If you're in range for a knee strike, a jump spin side kick would be jammed at that distance. 

Any documentation/studies that demonstrate a knee strike is more likely to inflict injury upon the guy delivering the strike?


----------



## TigerWoman (Mar 23, 2005)

You can gain distance still though to do jump back. Even within arm's range, I can do it.   My instructor taught that once and I thought it was pretty nifty. 
TW


----------



## Blindside (Mar 23, 2005)

You do understand what a "clinch" is right?

Otherwise you are claiming you can do a jump spinning side/back kick when someone has you grabbed around the neck/upper body.  This I gotta see.

Lamont


----------



## bignick (Mar 23, 2005)

Different tools are appropriate for different situations, the jump back kick is a very common kick at my school. The distance we train it from is with your guard up and your elbow touching your opponent. Basically, as close as you can get without pressing your whole body against them. Like any other back kick, it is a pretty strong kick, but because you are forced to jump backwards to gain distance, you lose some of the power that other versions of the spinning back kick or spinning side kick generate. 

 But like Blindside said, from the clinch? I don't think that I would even trust myself (6'5'' 330 lbs.) to break away from someone that has ahold of me to do that kick, the slightest jerk while you're in the air would throw off your balance and dump your neatly onto the ground. 
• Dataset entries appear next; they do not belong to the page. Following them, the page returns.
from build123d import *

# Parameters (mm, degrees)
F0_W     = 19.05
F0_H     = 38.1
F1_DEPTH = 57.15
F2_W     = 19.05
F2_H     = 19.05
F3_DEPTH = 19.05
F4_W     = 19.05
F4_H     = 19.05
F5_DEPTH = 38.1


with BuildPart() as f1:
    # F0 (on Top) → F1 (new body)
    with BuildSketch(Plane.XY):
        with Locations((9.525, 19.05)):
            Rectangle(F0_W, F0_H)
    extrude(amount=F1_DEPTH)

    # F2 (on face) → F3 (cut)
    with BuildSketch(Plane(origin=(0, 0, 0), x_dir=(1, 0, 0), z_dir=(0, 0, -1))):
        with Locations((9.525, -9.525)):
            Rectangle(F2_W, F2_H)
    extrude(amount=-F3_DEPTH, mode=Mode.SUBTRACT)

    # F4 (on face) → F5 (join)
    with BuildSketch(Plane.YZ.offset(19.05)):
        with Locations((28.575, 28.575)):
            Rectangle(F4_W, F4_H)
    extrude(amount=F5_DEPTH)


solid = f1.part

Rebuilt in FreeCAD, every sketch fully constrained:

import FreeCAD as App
import Part
import Sketcher
Q = App.Units.Quantity

doc = App.newDocument("Part")
params = doc.addObject("Spreadsheet::Sheet", "Params")
for row, (alias, value) in enumerate([
    ("sketch1_height", "1.5 in"),
    ("sketch1_width", "0.75 in"),
    ("pad1_length", "2.25 in"),
    ("sketch2_width", "0.75 in"),
    ("pocket1_length", "0.75 in"),
    ("sketch3_width", "0.75 in"),
    ("pad2_length", "1.5 in"),
], start=1):
    params.set(f"A{row}", alias)
    params.set(f"B{row}", "=" + value)
    params.setAlias(f"B{row}", alias)

body = doc.addObject("PartDesign::Body", "Body")

sketch1 = body.newObject("Sketcher::SketchObject", "Sketch")
sketch1.AttachmentSupport = (doc.getObject("XY_Plane"), [""])
sketch1.MapMode = "FlatFace"
sketch1.addGeometry([
    Part.LineSegment(App.Vector(0, 38, 0), App.Vector(0, 0, 0)),
    Part.LineSegment(App.Vector(0, 0, 0), App.Vector(19, 0, 0)),
    Part.LineSegment(App.Vector(19, 0, 0), App.Vector(19, 38, 0)),
    Part.LineSegment(App.Vector(19, 38, 0), App.Vector(0, 38, 0)),
], False)
sketch1.addConstraint([
    Sketcher.Constraint("Coincident", 0, 2, 1, 1),
    Sketcher.Constraint("Coincident", 1, 2, 2, 1),
    Sketcher.Constraint("Coincident", 2, 2, 3, 1),
    Sketcher.Constraint("Coincident", 3, 2, 0, 1),
    Sketcher.Constraint("Vertical", 0),
    Sketcher.Constraint("Horizontal", 1),
    Sketcher.Constraint("Vertical", 2),
    Sketcher.Constraint("Horizontal", 3),
    Sketcher.Constraint("Coincident", 0, 2, -1, 1),
    Sketcher.Constraint("DistanceY", 0, 2, 0, 1, Q("1.5 in")),
    Sketcher.Constraint("DistanceX", 1, 1, 1, 2, Q("0.75 in")),
])
sketch1.setExpression("Constraints[9]", "Params.sketch1_height")
sketch1.setExpression("Constraints[10]", "Params.sketch1_width")
pad1 = body.newObject("PartDesign::Pad", "Pad")
pad1.Profile = sketch1
pad1.setExpression("Length", "Params.pad1_length")

sketch2 = body.newObject("Sketcher::SketchObject", "Sketch001")
sketch2.AttachmentSupport = (doc.getObject("XY_Plane"), [""])
sketch2.MapMode = "FlatFace"
sketch2.addGeometry([
    Part.LineSegment(App.Vector(0, 0, 0), App.Vector(0, 19, 0)),
    Part.LineSegment(App.Vector(0, 19, 0), App.Vector(19, 19, 0)),
    Part.LineSegment(App.Vector(19, 19, 0), App.Vector(19, 0, 0)),
    Part.LineSegment(App.Vector(19, 0, 0), App.Vector(0, 0, 0)),
], False)
sketch2.addConstraint([
    Sketcher.Constraint("Coincident", 0, 2, 1, 1),
    Sketcher.Constraint("Coincident", 1, 2, 2, 1),
    Sketcher.Constraint("Coincident", 2, 2, 3, 1),
    Sketcher.Constraint("Coincident", 3, 2, 0, 1),
    Sketcher.Constraint("Vertical", 0),
    Sketcher.Constraint("Horizontal", 1),
    Sketcher.Constraint("Vertical", 2),
    Sketcher.Constraint("Horizontal", 3),
    Sketcher.Constraint("Coincident", 3, 2, -1, 1),
    Sketcher.Constraint("Equal", 3, 0),
    Sketcher.Constraint("DistanceX", 1, 1, 1, 2, Q("0.75 in")),
])
sketch2.setExpression("Constraints[10]", "Params.sketch2_width")
pocket1 = body.newObject("PartDesign::Pocket", "Pocket")
pocket1.Profile = sketch2
pocket1.setExpression("Length", "Params.pocket1_length")
pocket1.Reversed = True

sketch3 = body.newObject("Sketcher::SketchObject", "Sketch002")
sketch3.AttachmentSupport = (doc.getObject("YZ_Plane"), [""])
sketch3.MapMode = "FlatFace"
sketch3.AttachmentOffset = App.Placement(App.Vector(0, 0, 0.75 * 25.4), App.Rotation())
sketch3.addGeometry([
    Part.LineSegment(App.Vector(19, 38, 0), App.Vector(19, 19, 0)),
    Part.LineSegment(App.Vector(19, 19, 0), App.Vector(38, 19, 0)),
    Part.LineSegment(App.Vector(38, 19, 0), App.Vector(38, 38, 0)),
    Part.LineSegment(App.Vector(38, 38, 0), App.Vector(19, 38, 0)),
], False)
sketch3.addConstraint([
    Sketcher.Constraint("Coincident", 0, 2, 1, 1),
    Sketcher.Constraint("Coincident", 1, 2, 2, 1),
    Sketcher.Constraint("Coincident", 2, 2, 3, 1),
    Sketcher.Constraint("Coincident", 3, 2, 0, 1),
    Sketcher.Constraint("Vertical", 0),
    Sketcher.Constraint("Horizontal", 1),
    Sketcher.Constraint("Vertical", 2),
    Sketcher.Constraint("Horizontal", 3),
    Sketcher.Constraint("Equal", 3, 0),
    Sketcher.Constraint("DistanceX", 1, 1, 1, 2, Q("0.75 in")),
    Sketcher.Constraint("DistanceX", -1, 1, 1, 2, Q("1.5 in")),
    Sketcher.Constraint("DistanceY", -1, 1, 2, 2, Q("1.5 in")),
])
sketch3.setExpression("Constraints[9]", "Params.sketch3_width")
pad2 = body.newObject("PartDesign::Pad", "Pad001")
pad2.Profile = sketch3
pad2.setExpression("Length", "Params.pad2_length")

doc.recompute()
 Speaking of, with the competition rules, how often do you work counters to your kick getting grabbed, illegal in competition but a great reality for us high kickers in real life.

 I think a lot of our disagreement comes from the two different ways of looking at sparring, a form of competition/sporting event or as a training tool for refining your techniques. Nothing wrong with either one, but they are going to emphasize different things. We spar with WTF rules, no head contact with the hands, period. I'd really like to see things changed to allow more of the art into sparring.
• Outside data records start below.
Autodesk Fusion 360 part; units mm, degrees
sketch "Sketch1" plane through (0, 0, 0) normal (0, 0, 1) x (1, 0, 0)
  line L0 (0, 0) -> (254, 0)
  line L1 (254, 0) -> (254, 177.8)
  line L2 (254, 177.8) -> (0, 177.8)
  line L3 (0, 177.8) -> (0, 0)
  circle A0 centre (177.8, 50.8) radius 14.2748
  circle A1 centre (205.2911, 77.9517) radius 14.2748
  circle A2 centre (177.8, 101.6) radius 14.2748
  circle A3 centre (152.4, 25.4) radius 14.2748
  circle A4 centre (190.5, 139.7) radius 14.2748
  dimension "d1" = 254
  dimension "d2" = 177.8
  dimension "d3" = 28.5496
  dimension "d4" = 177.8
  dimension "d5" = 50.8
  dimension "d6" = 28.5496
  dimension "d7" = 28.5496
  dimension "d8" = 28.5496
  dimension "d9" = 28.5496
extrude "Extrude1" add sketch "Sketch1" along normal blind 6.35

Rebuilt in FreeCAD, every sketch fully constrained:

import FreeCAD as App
import Part
import Sketcher
from FreeCAD import Vector
Q = App.Units.Quantity

doc = App.newDocument("Part")
body = doc.addObject("PartDesign::Body", "Body")

# Sketch on XY plane
sketch1 = doc.addObject("Sketcher::SketchObject", "Sketch")
body.addObject(sketch1)
sketch1.AttachmentSupport = (doc.XY_Plane, [""])
sketch1.MapMode = "FlatFace"
sketch1.addGeometry([
    Part.LineSegment(Vector(0, 177.8, 0), Vector(0, 0, 0)),  # 0
    Part.LineSegment(Vector(0, 0, 0), Vector(254, 0, 0)),  # 1
    Part.LineSegment(Vector(254, 0, 0), Vector(254, 177.8, 0)),  # 2
    Part.LineSegment(Vector(254, 177.8, 0), Vector(0, 177.8, 0)),  # 3
    Part.Circle(Vector(152.4, 25.4, 0), Vector(0, 0, 1), 14.2748),  # 4
    Part.Circle(Vector(177.8, 50.8, 0), Vector(0, 0, 1), 14.2748),  # 5
    Part.Circle(Vector(205.2911, 77.9517, 0), Vector(0, 0, 1), 14.2748),  # 6
    Part.Circle(Vector(177.8, 101.6, 0), Vector(0, 0, 1), 14.2748),  # 7
    Part.Circle(Vector(190.5, 139.7, 0), Vector(0, 0, 1), 14.2748),  # 8
], False)
sketch1.addConstraint([
    Sketcher.Constraint("Coincident", 0, 2, 1, 1),
    Sketcher.Constraint("Coincident", 1, 2, 2, 1),
    Sketcher.Constraint("Coincident", 2, 2, 3, 1),
    Sketcher.Constraint("Coincident", 3, 2, 0, 1),
    Sketcher.Constraint("Vertical", 0),
    Sketcher.Constraint("Horizontal", 1),
    Sketcher.Constraint("Vertical", 2),
    Sketcher.Constraint("Horizontal", 3),
    Sketcher.Constraint("Coincident", 0, 2, -1, 1),
    Sketcher.Constraint("Equal", 4, 5),
    Sketcher.Constraint("Equal", 5, 6),
    Sketcher.Constraint("Equal", 6, 7),
    Sketcher.Constraint("Equal", 7, 8),
    Sketcher.Constraint("Vertical", 5, 3, 7, 3),
    Sketcher.Constraint("DistanceX", 1, 1, 1, 2, Q("10 in")),
    Sketcher.Constraint("DistanceY", 0, 2, 0, 1, Q("7 in")),
    Sketcher.Constraint("Diameter", 4, Q("1.124 in")),
    Sketcher.Constraint("DistanceX", -1, 1, 5, 3, Q("7 in")),
    Sketcher.Constraint("DistanceY", -1, 1, 5, 3, Q("2 in")),
    Sketcher.Constraint("DistanceY", 5, 3, 7, 3, Q("2 in")),
    Sketcher.Constraint("DistanceX", -1, 1, 4, 3, Q("6 in")),
    Sketcher.Constraint("DistanceY", -1, 1, 4, 3, Q("1 in")),
    Sketcher.Constraint("DistanceX", -1, 1, 8, 3, Q("7.5 in")),
    Sketcher.Constraint("DistanceY", -1, 1, 8, 3, Q("5.5 in")),
    Sketcher.Constraint("DistanceX", -1, 1, 6, 3, 205.291),
    Sketcher.Constraint("DistanceY", -1, 1, 6, 3, 77.9517),
])
pad1 = doc.addObject("PartDesign::Pad", "Pad")
body.addObject(pad1)
pad1.Profile = sketch1
pad1.Length = Q("0.25 in")

doc.recompute()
  By the way, Blindside, you're more than welcome to stop in here anytime.


----------



## Blindside (Mar 24, 2005)

> By the way, Blindside, you're more than welcome to stop in here anytime.



Thanks Nick! 

I'll mostly lurk here, most of my experience is sparring TKD guys rather than training in it, and generally not sparring under their rules to boot....

Lamont


----------



## Jim Tindell (Mar 25, 2005)

Are these changes into effect now? On the website they just say they are "ready to change" the rules. There's a tournament I'm going to next week, and I'm interested to see if these new rules will be into effect during our sparring.


----------



## Miles (Mar 26, 2005)

No, the new rules are not in effect in the USA officially yet.  However, some tournaments may start utilizing them.

 Miles


----------



## JanneM (Mar 29, 2005)

The new sparring rules are introduced to world as mentioned in the first post except for the gloves. The new rules comes in two sets.

New rules that (should) aply in Madrid are.
3x2min for men
Sudden death extra round

New rules that should aply in 2006 are.
10m by 10m competition are
Fourth corner judge shall be added.

Some other points executive counsil discuss in Lausanne was putting more value on hit points. adding gloves and foot protection. This was included in tlak about the electronic scoresystem. And coloured uniforms.

I think all rules that are now coming untill 2006 are fine and might make the fight bit more interesting to spectators. I also like the fact that punching can score points(as they can now). I dont think we should make it easier, we just need t make sure the referees know how to score punches.
I don't like the iea of electronic scoresystem because it's not reliable at this point. I dont like the extra protections. It kills some of the spirit of the fight. I don't like the idea of coloured uniforms. We allready have fully coloured chest guards and helmets.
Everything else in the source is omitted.